Сережик (Даниелян) - страница 105

Бабка Вардануш, как я уже говорил, ненавидела мою мать, но меня очень любила и так же, как и бабуля Лиза, говорила мне, что я у них за двоих. Сперва я не понимал, о чем это они. За двоих? Но когда я немного подрос, мама рассказала о той большой трагедии, которая произошла с ними. Время пришло, я уже должен был узнать смысл этого магического предложения, которое повторяли бабушки. «Ты живешь за двоих».

Серёжик

– До тебя, Ёжик мой, – мама меня так называла с детства, – после Гаги у меня родился сын, и я назвала его Серёжиком. Ну, ты ведь знаешь, я люблю это имя. Поскольку меня в этом проклятом Ленинакане терроризировали твоя бабка и проститутка Маро, плод развивался неполноценно, ребенок родился недоразвитым. У него нос был без дырок, и нужна была операция. Бабка и Маро все сваливали на меня, мол, я не могу родить нормального ребенка, и если даже Гага, твоя сестра, и родилась нормальной, то это чистая случайность. Они говорили, что я худая, а худая женщина в Ленинакане – это криминал! Меня называли чахоточной селедкой. Отец молчал, потому что он – тряпка половая, об него только ноги вытирать, а я не имела голоса у этой Кабанихи. Я была у них «лучом света в темном царстве».

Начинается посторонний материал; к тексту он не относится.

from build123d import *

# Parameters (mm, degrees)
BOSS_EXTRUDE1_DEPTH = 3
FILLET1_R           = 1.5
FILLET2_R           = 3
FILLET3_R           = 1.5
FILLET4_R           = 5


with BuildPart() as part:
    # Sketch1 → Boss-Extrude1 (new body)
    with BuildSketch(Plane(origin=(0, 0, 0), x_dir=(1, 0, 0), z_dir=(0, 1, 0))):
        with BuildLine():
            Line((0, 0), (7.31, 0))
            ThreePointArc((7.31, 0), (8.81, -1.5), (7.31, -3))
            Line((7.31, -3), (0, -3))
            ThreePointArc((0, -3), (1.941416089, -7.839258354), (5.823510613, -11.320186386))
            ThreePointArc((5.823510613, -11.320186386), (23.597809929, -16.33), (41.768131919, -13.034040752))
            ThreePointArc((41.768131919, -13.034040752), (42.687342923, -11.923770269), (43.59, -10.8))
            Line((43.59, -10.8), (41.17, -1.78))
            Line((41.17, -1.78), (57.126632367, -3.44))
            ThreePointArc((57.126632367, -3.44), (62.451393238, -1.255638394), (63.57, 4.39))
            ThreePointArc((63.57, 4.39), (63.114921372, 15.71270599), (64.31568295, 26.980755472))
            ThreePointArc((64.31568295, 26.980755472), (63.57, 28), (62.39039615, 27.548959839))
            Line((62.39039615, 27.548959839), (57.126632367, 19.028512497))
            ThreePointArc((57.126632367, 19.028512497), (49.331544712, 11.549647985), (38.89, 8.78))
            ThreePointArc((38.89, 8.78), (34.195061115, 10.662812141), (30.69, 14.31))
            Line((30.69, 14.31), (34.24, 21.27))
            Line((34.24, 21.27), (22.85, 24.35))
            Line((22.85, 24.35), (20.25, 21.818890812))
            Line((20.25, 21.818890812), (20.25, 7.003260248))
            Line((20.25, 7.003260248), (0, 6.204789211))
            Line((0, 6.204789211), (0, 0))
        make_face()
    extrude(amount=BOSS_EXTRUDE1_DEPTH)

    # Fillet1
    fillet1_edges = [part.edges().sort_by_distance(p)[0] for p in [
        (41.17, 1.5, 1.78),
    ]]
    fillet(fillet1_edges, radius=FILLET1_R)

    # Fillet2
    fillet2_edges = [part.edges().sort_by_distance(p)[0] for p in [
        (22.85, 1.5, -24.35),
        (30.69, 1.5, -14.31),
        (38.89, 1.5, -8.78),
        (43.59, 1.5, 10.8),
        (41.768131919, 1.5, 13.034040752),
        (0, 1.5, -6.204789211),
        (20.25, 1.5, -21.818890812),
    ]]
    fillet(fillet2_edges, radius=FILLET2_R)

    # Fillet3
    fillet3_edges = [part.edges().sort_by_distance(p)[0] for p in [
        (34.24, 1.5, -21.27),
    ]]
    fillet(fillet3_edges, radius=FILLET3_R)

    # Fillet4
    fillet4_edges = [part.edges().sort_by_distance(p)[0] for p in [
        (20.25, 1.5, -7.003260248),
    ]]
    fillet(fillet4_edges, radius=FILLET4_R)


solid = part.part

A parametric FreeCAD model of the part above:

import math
import FreeCAD as App
import Part
import Sketcher
from FreeCAD import Vector


def edges_at(feature, points):
    """Names of the edges that pass closest to the given points."""
    edges = feature.Shape.Edges
    near = lambda p: min(range(len(edges)), key=lambda i: edges[i].distToShape(Part.Vertex(*p))[0])
    return sorted({f"Edge{near(p) + 1}" for p in points})

doc = App.newDocument("Part")
body = doc.addObject("PartDesign::Body", "Body")

sketch1 = body.newObject("Sketcher::SketchObject", "Sketch")
sketch1.AttachmentSupport = (doc.getObject("XZ_Plane"), [""])
sketch1.MapMode = "FlatFace"
sketch1.addGeometry([
    Part.LineSegment(Vector(0, 0, 0), Vector(7.31, 0, 0)),
    Part.ArcOfCircle(Part.Circle(Vector(7.31, 1.5, 0), Vector(0, 0, 1), 1.5), math.radians(-90), math.radians(90)),
    Part.LineSegment(Vector(7.31, 3, 0), Vector(0, 3, 0)),
    Part.ArcOfCircle(Part.Circle(Vector(11.344279, 1.257955, 0), Vector(0, 0, 1), 11.477255), math.radians(118.751922), math.radians(171.269767)),
    Part.ArcOfCircle(Part.Circle(Vector(25.551063, -24.635533, 0), Vector(0, 0, 1), 41.012073), math.radians(66.707716), math.radians(118.751922)),
    Part.ArcOfCircle(Part.Circle(Vector(-32.690724, -49.547308, 0), Vector(0, 0, 1), 97.26534), math.radians(38.348273), math.radians(40.046456)),
    Part.LineSegment(Vector(43.59, 10.8, 0), Vector(41.17, 1.78, 0)),
    Part.LineSegment(Vector(41.17, 1.78, 0), Vector(57.126632, 3.44, 0)),
    Part.ArcOfCircle(Part.Circle(Vector(57.755855, -2.608357, 0), Vector(0, 0, 1), 6.080998), math.radians(-17.036771), math.radians(95.939229)),
    Part.ArcOfCircle(Part.Circle(Vector(140.580736, -13.155689, 0), Vector(0, 0, 1), 77.508004), math.radians(173.506299), math.radians(190.274804)),
    Part.ArcOfCircle(Part.Circle(Vector(63.275509, -27.002155, 0), Vector(0, 0, 1), 1.040394), math.radians(-148.293048), math.radians(1.178568)),
    Part.LineSegment(Vector(62.390396, -27.54896, 0), Vector(57.126632, -19.028512, 0)),
    Part.ArcOfCircle(Part.Circle(Vector(38.747985, -30.382477, 0), Vector(0, 0, 1), 21.602944), math.radians(31.706952), math.radians(89.623343)),
    Part.ArcOfCircle(Part.Circle(Vector(40.917749, -20.631355, 0), Vector(0, 0, 1), 12.023576), math.radians(99.709207), math.radians(148.281478)),
    Part.LineSegment(Vector(30.69, -14.31, 0), Vector(34.24, -21.27, 0)),
    Part.LineSegment(Vector(34.24, -21.27, 0), Vector(22.85, -24.35, 0)),
    Part.LineSegment(Vector(22.85, -24.35, 0), Vector(20.25, -21.818891, 0)),
    Part.LineSegment(Vector(20.25, -21.818891, 0), Vector(20.25, -7.00326, 0)),
    Part.LineSegment(Vector(20.25, -7.00326, 0), Vector(0, -6.204789, 0)),
    Part.LineSegment(Vector(0, -6.204789, 0), Vector(0, 0, 0)),
], False)
sketch1.addConstraint([
    Sketcher.Constraint("Tangent", 0, 2, 1, 1),
    Sketcher.Constraint("Tangent", 1, 2, 2, 1),
    Sketcher.Constraint("Coincident", 2, 2, 3, 2),
    Sketcher.Constraint("Tangent", 3, 1, 4, 2),
    Sketcher.Constraint("Coincident", 4, 1, 5, 2),
    Sketcher.Constraint("Coincident", 5, 1, 6, 1),
    Sketcher.Constraint("Coincident", 6, 2, 7, 1),
    Sketcher.Constraint("Tangent", 7, 2, 8, 2),
    Sketcher.Constraint("Coincident", 8, 1, 9, 1),
    Sketcher.Constraint("Coincident", 9, 2, 10, 2),
    Sketcher.Constraint("Tangent", 10, 1, 11, 1),
    Sketcher.Constraint("Tangent", 11, 2, 12, 1),
    Sketcher.Constraint("Coincident", 12, 2, 13, 1),
    Sketcher.Constraint("Coincident", 13, 2, 14, 1),
    Sketcher.Constraint("Coincident", 14, 2, 15, 1),
    Sketcher.Constraint("Coincident", 15, 2, 16, 1),
    Sketcher.Constraint("Coincident", 16, 2, 17, 1),
    Sketcher.Constraint("Coincident", 17, 2, 18, 1),
    Sketcher.Constraint("Coincident", 18, 2, 19, 1),
    Sketcher.Constraint("Coincident", 19, 2, 0, 1),
    Sketcher.Constraint("Horizontal", 0),
    Sketcher.Constraint("Horizontal", 2),
    Sketcher.Constraint("Vertical", 17),
    Sketcher.Constraint("Vertical", 19),
    Sketcher.Constraint("Coincident", 19, 2, -1, 1),
    Sketcher.Constraint("PointOnObject", 2, 2, -2),
    Sketcher.Constraint("Vertical", 7, 2, 11, 2),
    Sketcher.Constraint("Radius", 1, 1.5),
    Sketcher.Constraint("Radius", 8, 6.080998),
    Sketcher.Constraint("DistanceX", 0, 1, 0, 2, 7.31),
    Sketcher.Constraint("DistanceY", -1, 1, 5, 1, 10.8),
    Sketcher.Constraint("DistanceX", 6, 2, 8, 1, 22.4),
    Sketcher.Constraint("DistanceX", 12, 2, 5, 1, 4.7),
    Sketcher.Constraint("DistanceX", 13, 2, 12, 2, 8.2),
    Sketcher.Constraint("DistanceX", 16, 2, 15, 2, 2.6),
    Sketcher.Constraint("DistanceX", -1, 1, 5, 1, 43.59),
    Sketcher.Constraint("DistanceX", -1, 1, 6, 2, 41.17),
    Sketcher.Constraint("DistanceY", -1, 1, 6, 2, 1.78),
    Sketcher.Constraint("DistanceY", -1, 1, 7, 2, 3.44),
    Sketcher.Constraint("DistanceY", 8, 1, -1, 1, 4.39),
    Sketcher.Constraint("DistanceY", 12, 2, -1, 1, 8.78),
    Sketcher.Constraint("DistanceY", 13, 2, -1, 1, 14.31),
    Sketcher.Constraint("DistanceX", -1, 1, 14, 2, 34.24),
    Sketcher.Constraint("DistanceY", 14, 2, -1, 1, 21.27),
    Sketcher.Constraint("DistanceX", -1, 1, 15, 2, 22.85),
    Sketcher.Constraint("DistanceY", 15, 2, -1, 1, 24.35),
    Sketcher.Constraint("Radius", 5, 97.26534),
    Sketcher.Constraint("Radius", 3, 11.477255),
    Sketcher.Constraint("Radius", 4, 41.012073),
    Sketcher.Constraint("Radius", 9, 77.508004),
    Sketcher.Constraint("Radius", 10, 1.040394),
    Sketcher.Constraint("Radius", 12, 21.602944),
    Sketcher.Constraint("Radius", 13, 12.023576),
    Sketcher.Constraint("DistanceY", 17, 1, 17, 2, 14.815631),
    Sketcher.Constraint("DistanceY", 19, 1, 19, 2, 6.204789),
    Sketcher.Constraint("DistanceY", 10, 3, 8, 3, 24.393798),
    Sketcher.Constraint("DistanceX", 4, 1, 7, 2, 15.3585),
    Sketcher.Constraint("DistanceY", 10, 3, 9, 2, 0.021399),
    Sketcher.Constraint("Distance", 11, 10.01525),
    Sketcher.Constraint("Distance", 16, 3.628569),
    Sketcher.Constraint("DistanceX", -1, 1, 3, 3, 11.344279),
    Sketcher.Constraint("DistanceY", -1, 1, 4, 1, 13.034041),
])
pad1 = body.newObject("PartDesign::Pad", "Pad")
pad1.Profile = sketch1
pad1.Length = 3
pad1.Reversed = True
doc.recompute()

fillet = body.newObject("PartDesign::Fillet", "Fillet")
fillet.Base = (pad1, edges_at(pad1, [(41.17, 1.5, 1.78)]))
fillet.Radius = 1.5
doc.recompute()

fillet2 = body.newObject("PartDesign::Fillet", "Fillet001")
fillet2.Base = (fillet, edges_at(fillet, [
    (22.85, 1.5, -24.35),
    (30.69, 1.5, -14.31),
    (38.89, 1.5, -8.78),
    (43.59, 1.5, 10.8),
    (41.768, 1.5, 13.034),
    (0, 1.5, -6.205),
    (20.25, 1.5, -21.819),
]))
fillet2.Radius = 3
doc.recompute()

fillet3 = body.newObject("PartDesign::Fillet", "Fillet002")
fillet3.Base = (fillet2, edges_at(fillet2, [(34.24, 1.5, -21.27)]))
fillet3.Radius = 1.5
doc.recompute()

fillet4 = body.newObject("PartDesign::Fillet", "Fillet003")
fillet4.Base = (fillet3, edges_at(fillet3, [(20.25, 1.5, -7.003)]))
fillet4.Radius = 5

doc.recompute()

Она всюду пихала примеры из русской литературы и просила меня обязательно это прочитать, когда вырасту. Чаще всего я слышал про Анну Каренину, как она бросилась под поезд из-за любви и позора. Мама говорила, что женщины, которые кончают жизнь самоубийством, сильные. Она бы тоже так хотела, но поезд ей не по душе.

– Я не хочу, чтоб меня потом по частям собирали. Лучше отравиться.

Уже под конец жизни она просила меня заказать ей крематорий, чтобы она не выглядела уродкой, старухой в гробу. И мама не хотела, чтобы ее ели черви. Странно как-то: последние двадцать лет жизни она готовилась к смерти и заботилась, как ее похоронят.

В общем, взяли они с отцом маленького Серёжика и поехали в Москву, в клинику Боткина, чтобы там ребенку прооперировали нос. Думаю, если бы это случилось сейчас, эту операцию сделали бы прямо в роддоме, но тогда надо было ехать в Москву. Серёжику было уже шесть месяцев, и он не мог нормально есть и пить, дышал через рот, и уже наступало кислородное голодание. Доктор сказал, что это повлияет на развитие его мозга. Было решено делать операцию. Она прошла неудачно, и Серёжик умер.

Как видите, мой дорогой читатель, если вы – плод любви, то я – плод смерти. Я родился за него потом.

Мама рассказывала, что она не могла плакать. В больнице работала русская санитарка Вера Григорьевна. Она пожалела молодую семью и приютила их на время, пока они были в Москве. Мама и папа провели у нее и ночь перед похоронами. Я видел могилу своего брата. На каменной плите написано: «Даниелян Сергей». У меня опять возникло такое чувство, что я вижу свою могилу.